I - Inventories: General principles
4. Recognition criteria
4.1. Related-IFRS Standards
Cost of inventories (IAS 2, par 10)
The cost of inventories shall comprise all costs of purchase, costs of conversion and other costs incurred in bringing the inventories to their present location and condition.
- Costs of purchase of inventories (IAS 2, par 11)
- Comprise:
- purchase price, import duties and other taxes (other than those subsequently recoverable by the entity from the taxing authorities), and
- transport, handling and other costs directly attributable to the acquisition of finished goods, materials and services.
- Trade discounts, rebates and other similar items are deducted in determining the costs of purchase.
- Comprise:
- Costs of conversion of inventories
- (IAS 2, par 12)
- include costs directly related to the units of production, such as direct labour.
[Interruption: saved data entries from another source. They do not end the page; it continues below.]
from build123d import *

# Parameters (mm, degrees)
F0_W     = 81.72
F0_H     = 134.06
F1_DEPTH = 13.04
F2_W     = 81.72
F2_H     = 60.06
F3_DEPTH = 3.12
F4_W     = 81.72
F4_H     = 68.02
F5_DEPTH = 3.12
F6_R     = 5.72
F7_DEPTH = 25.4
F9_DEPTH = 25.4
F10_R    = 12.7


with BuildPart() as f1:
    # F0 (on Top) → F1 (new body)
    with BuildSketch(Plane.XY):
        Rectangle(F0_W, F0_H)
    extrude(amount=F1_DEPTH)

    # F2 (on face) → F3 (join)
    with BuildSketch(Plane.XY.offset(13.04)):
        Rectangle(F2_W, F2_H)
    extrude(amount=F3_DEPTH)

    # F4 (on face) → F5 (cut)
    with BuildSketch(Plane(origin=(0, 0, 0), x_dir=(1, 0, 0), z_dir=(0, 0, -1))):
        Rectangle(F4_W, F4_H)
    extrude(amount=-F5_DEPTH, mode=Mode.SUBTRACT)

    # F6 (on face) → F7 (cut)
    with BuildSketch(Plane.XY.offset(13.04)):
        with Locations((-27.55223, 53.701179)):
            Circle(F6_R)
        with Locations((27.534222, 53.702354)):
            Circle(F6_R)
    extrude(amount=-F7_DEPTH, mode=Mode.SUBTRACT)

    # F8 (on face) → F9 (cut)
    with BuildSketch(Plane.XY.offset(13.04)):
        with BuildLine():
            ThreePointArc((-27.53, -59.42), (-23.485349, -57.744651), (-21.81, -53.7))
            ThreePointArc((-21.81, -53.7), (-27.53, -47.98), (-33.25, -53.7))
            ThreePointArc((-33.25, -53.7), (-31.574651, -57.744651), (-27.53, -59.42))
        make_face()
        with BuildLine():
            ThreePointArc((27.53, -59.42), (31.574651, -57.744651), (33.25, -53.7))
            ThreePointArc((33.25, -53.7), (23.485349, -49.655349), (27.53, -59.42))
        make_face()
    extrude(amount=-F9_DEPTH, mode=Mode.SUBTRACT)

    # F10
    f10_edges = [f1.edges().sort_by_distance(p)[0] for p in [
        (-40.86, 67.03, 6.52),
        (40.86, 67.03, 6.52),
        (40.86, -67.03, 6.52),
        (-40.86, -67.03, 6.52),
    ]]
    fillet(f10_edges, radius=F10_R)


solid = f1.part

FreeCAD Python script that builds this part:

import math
import FreeCAD as App
import Part
import Sketcher

V = App.Vector
Q = App.Units.Quantity


def edges_at(feature, points):
    """Names of the edges that pass closest to the given points."""
    edges = feature.Shape.Edges
    near = lambda p: min(range(len(edges)), key=lambda i: edges[i].distToShape(Part.Vertex(*p))[0])
    return sorted({f"Edge{near(p) + 1}" for p in points})

doc = App.newDocument("Part")
body = doc.addObject("PartDesign::Body", "Body")

sketch1 = doc.addObject("Sketcher::SketchObject", "Sketch")
body.addObject(sketch1)
sketch1.AttachmentSupport = (doc.XY_Plane, [""])
sketch1.MapMode = "FlatFace"
sketch1.addGeometry(Part.LineSegment(V(-41, 67, 0), V(-41, -67, 0)), False)
sketch1.addGeometry(Part.LineSegment(V(-41, -67, 0), V(41, -67, 0)), False)
sketch1.addGeometry(Part.LineSegment(V(41, -67, 0), V(41, 67, 0)), False)
sketch1.addGeometry(Part.LineSegment(V(41, 67, 0), V(-41, 67, 0)), False)
sketch1.addConstraint(Sketcher.Constraint("Coincident", 0, 2, 1, 1))
sketch1.addConstraint(Sketcher.Constraint("Coincident", 1, 2, 2, 1))
sketch1.addConstraint(Sketcher.Constraint("Coincident", 2, 2, 3, 1))
sketch1.addConstraint(Sketcher.Constraint("Coincident", 3, 2, 0, 1))
sketch1.addConstraint(Sketcher.Constraint("Vertical", 0))
sketch1.addConstraint(Sketcher.Constraint("Horizontal", 1))
sketch1.addConstraint(Sketcher.Constraint("Vertical", 2))
sketch1.addConstraint(Sketcher.Constraint("Horizontal", 3))
sketch1.addConstraint(Sketcher.Constraint("Symmetric", 0, 2, 2, 2, -1, 1))
sketch1.addConstraint(Sketcher.Constraint("DistanceX", 1, 1, 1, 2, Q("81.72 mm")))
sketch1.addConstraint(Sketcher.Constraint("DistanceY", 0, 2, 0, 1, Q("134.06 mm")))
pad1 = doc.addObject("PartDesign::Pad", "Pad")
body.addObject(pad1)
pad1.Profile = sketch1
pad1.Length = 13.04

sketch2 = doc.addObject("Sketcher::SketchObject", "Sketch001")
body.addObject(sketch2)
sketch2.AttachmentSupport = (doc.XY_Plane, [""])
sketch2.MapMode = "FlatFace"
sketch2.AttachmentOffset = App.Placement(V(0, 0, 13.04), App.Rotation())
sketch2.addGeometry(Part.LineSegment(V(-41, 30, 0), V(-41, -30, 0)), False)
sketch2.addGeometry(Part.LineSegment(V(-41, -30, 0), V(41, -30, 0)), False)
sketch2.addGeometry(Part.LineSegment(V(41, -30, 0), V(41, 30, 0)), False)
sketch2.addGeometry(Part.LineSegment(V(41, 30, 0), V(-41, 30, 0)), False)
sketch2.addConstraint(Sketcher.Constraint("Coincident", 0, 2, 1, 1))
sketch2.addConstraint(Sketcher.Constraint("Coincident", 1, 2, 2, 1))
sketch2.addConstraint(Sketcher.Constraint("Coincident", 2, 2, 3, 1))
sketch2.addConstraint(Sketcher.Constraint("Coincident", 3, 2, 0, 1))
sketch2.addConstraint(Sketcher.Constraint("Vertical", 0))
sketch2.addConstraint(Sketcher.Constraint("Horizontal", 1))
sketch2.addConstraint(Sketcher.Constraint("Vertical", 2))
sketch2.addConstraint(Sketcher.Constraint("Horizontal", 3))
sketch2.addConstraint(Sketcher.Constraint("Symmetric", 0, 2, 2, 2, -1, 1))
sketch2.addConstraint(Sketcher.Constraint("DistanceX", 1, 1, 1, 2, Q("81.72 mm")))
sketch2.addConstraint(Sketcher.Constraint("DistanceY", 0, 2, 0, 1, Q("60.06 mm")))
pad2 = doc.addObject("PartDesign::Pad", "Pad001")
body.addObject(pad2)
pad2.Profile = sketch2
pad2.Length = 3.12

sketch3 = doc.addObject("Sketcher::SketchObject", "Sketch002")
body.addObject(sketch3)
sketch3.AttachmentSupport = (doc.XY_Plane, [""])
sketch3.MapMode = "FlatFace"
sketch3.addGeometry(Part.LineSegment(V(-41, -34, 0), V(-41, 34, 0)), False)
sketch3.addGeometry(Part.LineSegment(V(-41, 34, 0), V(41, 34, 0)), False)
sketch3.addGeometry(Part.LineSegment(V(41, 34, 0), V(41, -34, 0)), False)
sketch3.addGeometry(Part.LineSegment(V(41, -34, 0), V(-41, -34, 0)), False)
sketch3.addConstraint(Sketcher.Constraint("Coincident", 0, 2, 1, 1))
sketch3.addConstraint(Sketcher.Constraint("Coincident", 1, 2, 2, 1))
sketch3.addConstraint(Sketcher.Constraint("Coincident", 2, 2, 3, 1))
sketch3.addConstraint(Sketcher.Constraint("Coincident", 3, 2, 0, 1))
sketch3.addConstraint(Sketcher.Constraint("Vertical", 0))
sketch3.addConstraint(Sketcher.Constraint("Horizontal", 1))
sketch3.addConstraint(Sketcher.Constraint("Vertical", 2))
sketch3.addConstraint(Sketcher.Constraint("Horizontal", 3))
sketch3.addConstraint(Sketcher.Constraint("Symmetric", 0, 2, 2, 2, -1, 1))
sketch3.addConstraint(Sketcher.Constraint("DistanceX", 1, 1, 1, 2, Q("81.72 mm")))
sketch3.addConstraint(Sketcher.Constraint("DistanceY", 0, 1, 0, 2, Q("68.02 mm")))
pocket1 = doc.addObject("PartDesign::Pocket", "Pocket")
body.addObject(pocket1)
pocket1.Profile = sketch3
pocket1.Length = 3.12
pocket1.Reversed = True

sketch4 = doc.addObject("Sketcher::SketchObject", "Sketch003")
body.addObject(sketch4)
sketch4.AttachmentSupport = (doc.XY_Plane, [""])
sketch4.MapMode = "FlatFace"
sketch4.AttachmentOffset = App.Placement(V(0, 0, 13.04), App.Rotation())
sketch4.addGeometry(Part.Circle(V(-28, 54, 0), V(0, 0, 1), 6), False)
sketch4.addGeometry(Part.Circle(V(28, 54, 0), V(0, 0, 1), 6), False)
sketch4.addConstraint(Sketcher.Constraint("Equal", 0, 1))
sketch4.addConstraint(Sketcher.Constraint("Diameter", 0, Q("11.44 mm")))
sketch4.addConstraint(Sketcher.Constraint("DistanceX", 0, 3, -1, 1, Q("27.55223 mm")))
sketch4.addConstraint(Sketcher.Constraint("DistanceY", -1, 1, 0, 3, Q("53.701179 mm")))
sketch4.addConstraint(Sketcher.Constraint("DistanceX", -1, 1, 1, 3, Q("27.534222 mm")))
sketch4.addConstraint(Sketcher.Constraint("DistanceY", -1, 1, 1, 3, Q("53.702354 mm")))
pocket2 = doc.addObject("PartDesign::Pocket", "Pocket001")
body.addObject(pocket2)
pocket2.Profile = sketch4
pocket2.Length = Q("1 in")

sketch5 = doc.addObject("Sketcher::SketchObject", "Sketch004")
body.addObject(sketch5)
sketch5.AttachmentSupport = (doc.XY_Plane, [""])
sketch5.MapMode = "FlatFace"
sketch5.AttachmentOffset = App.Placement(V(0, 0, 13.04), App.Rotation())
sketch5.addGeometry(Part.ArcOfCircle(Part.Circle(V(-28, -54, 0), V(0, 0, 1), 6), math.radians(-90), math.radians(0)), False)
sketch5.addGeometry(Part.ArcOfCircle(Part.Circle(V(-28, -54, 0), V(0, 0, 1), 6), math.radians(0), math.radians(180)), False)
sketch5.addGeometry(Part.ArcOfCircle(Part.Circle(V(-28, -54, 0), V(0, 0, 1), 6), math.radians(180), math.radians(270)), False)
sketch5.addGeometry(Part.ArcOfCircle(Part.Circle(V(28, -54, 0), V(0, 0, 1), 6), math.radians(-90), math.radians(0)), False)
sketch5.addGeometry(Part.ArcOfCircle(Part.Circle(V(28, -54, 0), V(0, 0, 1), 6), math.radians(0), math.radians(270)), False)
sketch5.addConstraint(Sketcher.Constraint("Tangent", 0, 2, 1, 1))
sketch5.addConstraint(Sketcher.Constraint("Tangent", 1, 2, 2, 1))
sketch5.addConstraint(Sketcher.Constraint("Tangent", 2, 2, 0, 1))
sketch5.addConstraint(Sketcher.Constraint("Tangent", 3, 1, 4, 2))
sketch5.addConstraint(Sketcher.Constraint("Coincident", 4, 1, 3, 2))
sketch5.addConstraint(Sketcher.Constraint("Equal", 2, 3))
sketch5.addConstraint(Sketcher.Constraint("Symmetric", 0, 3, 3, 3, -2))
sketch5.addConstraint(Sketcher.Constraint("Horizontal", 4, 3, 0, 2))
sketch5.addConstraint(Sketcher.Constraint("Horizontal", 0, 2, 1, 2))
sketch5.addConstraint(Sketcher.Constraint("Horizontal", 1, 2, 4, 1))
sketch5.addConstraint(Sketcher.Constraint("Vertical", 1, 3, 2, 2))
sketch5.addConstraint(Sketcher.Constraint("Vertical", 4, 3, 3, 1))
sketch5.addConstraint(Sketcher.Constraint("Radius", 0, Q("5.719999 mm")))
sketch5.addConstraint(Sketcher.Constraint("DistanceX", 0, 3, -1, 1, Q("27.529999 mm")))
sketch5.addConstraint(Sketcher.Constraint("DistanceY", 0, 3, -1, 1, Q("53.700001 mm")))
pocket3 = doc.addObject("PartDesign::Pocket", "Pocket002")
body.addObject(pocket3)
pocket3.Profile = sketch5
pocket3.Length = Q("1 in")
doc.recompute()

fillet = doc.addObject("PartDesign::Fillet", "Fillet")
body.addObject(fillet)
fillet.Base = (pocket3, edges_at(pocket3, [
    (-40.86, 67.03, 6.52),
    (40.86, 67.03, 6.52),
    (40.86, -67.03, 6.52),
    (-40.86, -67.03, 6.52),
]))
fillet.Radius = Q("0.5 in")

doc.recompute()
- also include a systematic allocation of fixed and variable production overheads that are incurred in converting materials into finished goods.
- Fixed production overheads are those indirect costs of production that remain relatively constant regardless of the volume of production, such as depreciation and maintenance of factory buildings and equipment, and the cost of factory management and administration.
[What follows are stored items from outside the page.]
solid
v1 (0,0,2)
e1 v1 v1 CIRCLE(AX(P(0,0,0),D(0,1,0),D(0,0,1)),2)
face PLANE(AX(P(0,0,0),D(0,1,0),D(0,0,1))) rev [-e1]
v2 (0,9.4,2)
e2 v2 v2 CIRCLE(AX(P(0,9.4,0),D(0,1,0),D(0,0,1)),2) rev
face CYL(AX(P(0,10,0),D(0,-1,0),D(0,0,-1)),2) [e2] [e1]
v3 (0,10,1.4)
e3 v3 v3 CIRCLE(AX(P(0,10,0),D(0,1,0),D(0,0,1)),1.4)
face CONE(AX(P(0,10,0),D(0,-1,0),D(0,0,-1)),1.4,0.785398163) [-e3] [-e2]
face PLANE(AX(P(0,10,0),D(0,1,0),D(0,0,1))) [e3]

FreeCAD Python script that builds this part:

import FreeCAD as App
import Part
import Sketcher


def edges_at(feature, points):
    """Names of the edges that pass closest to the given points."""
    edges = feature.Shape.Edges
    near = lambda p: min(range(len(edges)), key=lambda i: edges[i].distToShape(Part.Vertex(*p))[0])
    return sorted({f"Edge{near(p) + 1}" for p in points})

doc = App.newDocument("Part")
body = doc.addObject("PartDesign::Body", "Body")

sketch1 = body.newObject("Sketcher::SketchObject", "Sketch")
sketch1.AttachmentSupport = (doc.getObject("XZ_Plane"), [""])
sketch1.MapMode = "FlatFace"
sketch1.addGeometry(Part.Circle(App.Vector(0, 0, 0), App.Vector(0, 0, 1), 2), False)
sketch1.addConstraint([
    Sketcher.Constraint("Coincident", 0, 3, -1, 1),
    Sketcher.Constraint("Diameter", 0, 4.0),
])
pad1 = body.newObject("PartDesign::Pad", "Pad")
pad1.Profile = sketch1
pad1.Length = 10
pad1.Reversed = True
doc.recompute()

chamfer = body.newObject("PartDesign::Chamfer", "Chamfer")
chamfer.Base = (pad1, edges_at(pad1, [(0, 10, -2)]))
chamfer.Size = 0.6

doc.recompute()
- Variable production overheads are those indirect costs of production that vary directly, or nearly directly, with the volume of production, such as indirect materials and indirect labour.
- (IAS 2, par 13)
- The allocation of fixed production overheads to the costs of conversion is based on the normal capacity of the production facilities.
- Normal capacity is the production expected to be achieved on average over a number of periods or seasons under normal circumstances, taking into account the loss of capacity resulting from planned maintenance. The actual level of production may be used if it approximates normal capacity.
- The amount of fixed overhead allocated to each unit of production is not increased as a consequence of low production or idle plant. Unallocated overheads are recognised as an expense in the period in which they are incurred.
- In periods of abnormally high production, the amount of fixed overhead allocated to each unit of production is decreased so that inventories are not measured above cost (to avoid over-absorbing fixed costs).
- Variable production overheads are allocated to each unit of production on the basis of the actual use of the production facilities.
- The allocation of fixed production overheads to the costs of conversion is based on the normal capacity of the production facilities.
- (IAS 2, par 12)
- Other costs
- (IAS 2, par 15)
Other costs are included in the cost of inventories only to the extent that they are incurred in bringing the inventories to their present location and condition. (…) - Examples of costs excluded from the cost of inventories (IAS 2, par 16) , and recognised as expenses in the period in which they are incurred are:
- abnormal amounts of wasted materials, labour or other production costs;
- storage costs, unless those costs are necessary in the production process before a further production stage;
- administrative overheads that do not contribute to bringing inventories to their present location and condition; and
- selling costs.
- (IAS 2, par 15)
4.2. Acquisition cost
4.3. Production cost: Variable production cost; Non-proportional production cost
3. Techniques for the measurement of cost
3.1. Related-IFRS Standard
(IAS 2, par 21)
Techniques for the measurement of the cost of inventories, such as the standard cost method (…) may be used for convenience if the results approximate cost. Standard costs take into account normal levels of materials and supplies, labour, efficiency and capacity utilisation. They are regularly reviewed and, if necessary, revised in the light of current conditions.
3.2. Allocation factors
When several intermediate or finished products are produced simultaneously by the production cycle and when it is not possible to precisely attribute production costs to each specific product, these costs are allocated on the basis of allocation factors that reflect the economic reality of the production process (sales, volumes, etc.).
Referring to IAS 2, par 16 :
- The allocation of indirect charges to the cost of transforming products is based on the normal capacity of the production installations. The normal capacity is the average production that is expected from a certain number of years or seasons in normal circumstances (taking into account the loss of capacity generated by scheduled maintenance work).
- The indirect charges allocated to each unit produced are not increased by a decrease in production or unused production. The unallocated indirect charges are posted as an expense for the year in which they are incurred (under miscellaneous production).
- During periods of abnormally high production, the total indirect charges allocated to each unit produced are reduced so that the inventories are not valued above their cost.
These concepts are consistent with the standard cost approach.
4. Cost formulas
- (IAS 2, par 25)
The cost of inventories (…) shall be assigned by using the (…) weighted average cost formula. An entity shall use the same cost formula for all inventories having a similar nature and use to the entity. For inventories with a different nature or use, different cost formulas may be justified. - (IAS 2, par 27)
(…) Under the weighted average cost formula, the cost of each item is determined from the weighted average of the cost of similar items at the beginning of a period and the cost of similar items purchased or produced during the period. The average may be calculated on a periodic basis, or as each additional shipment is received, depending upon the circumstances of the entity.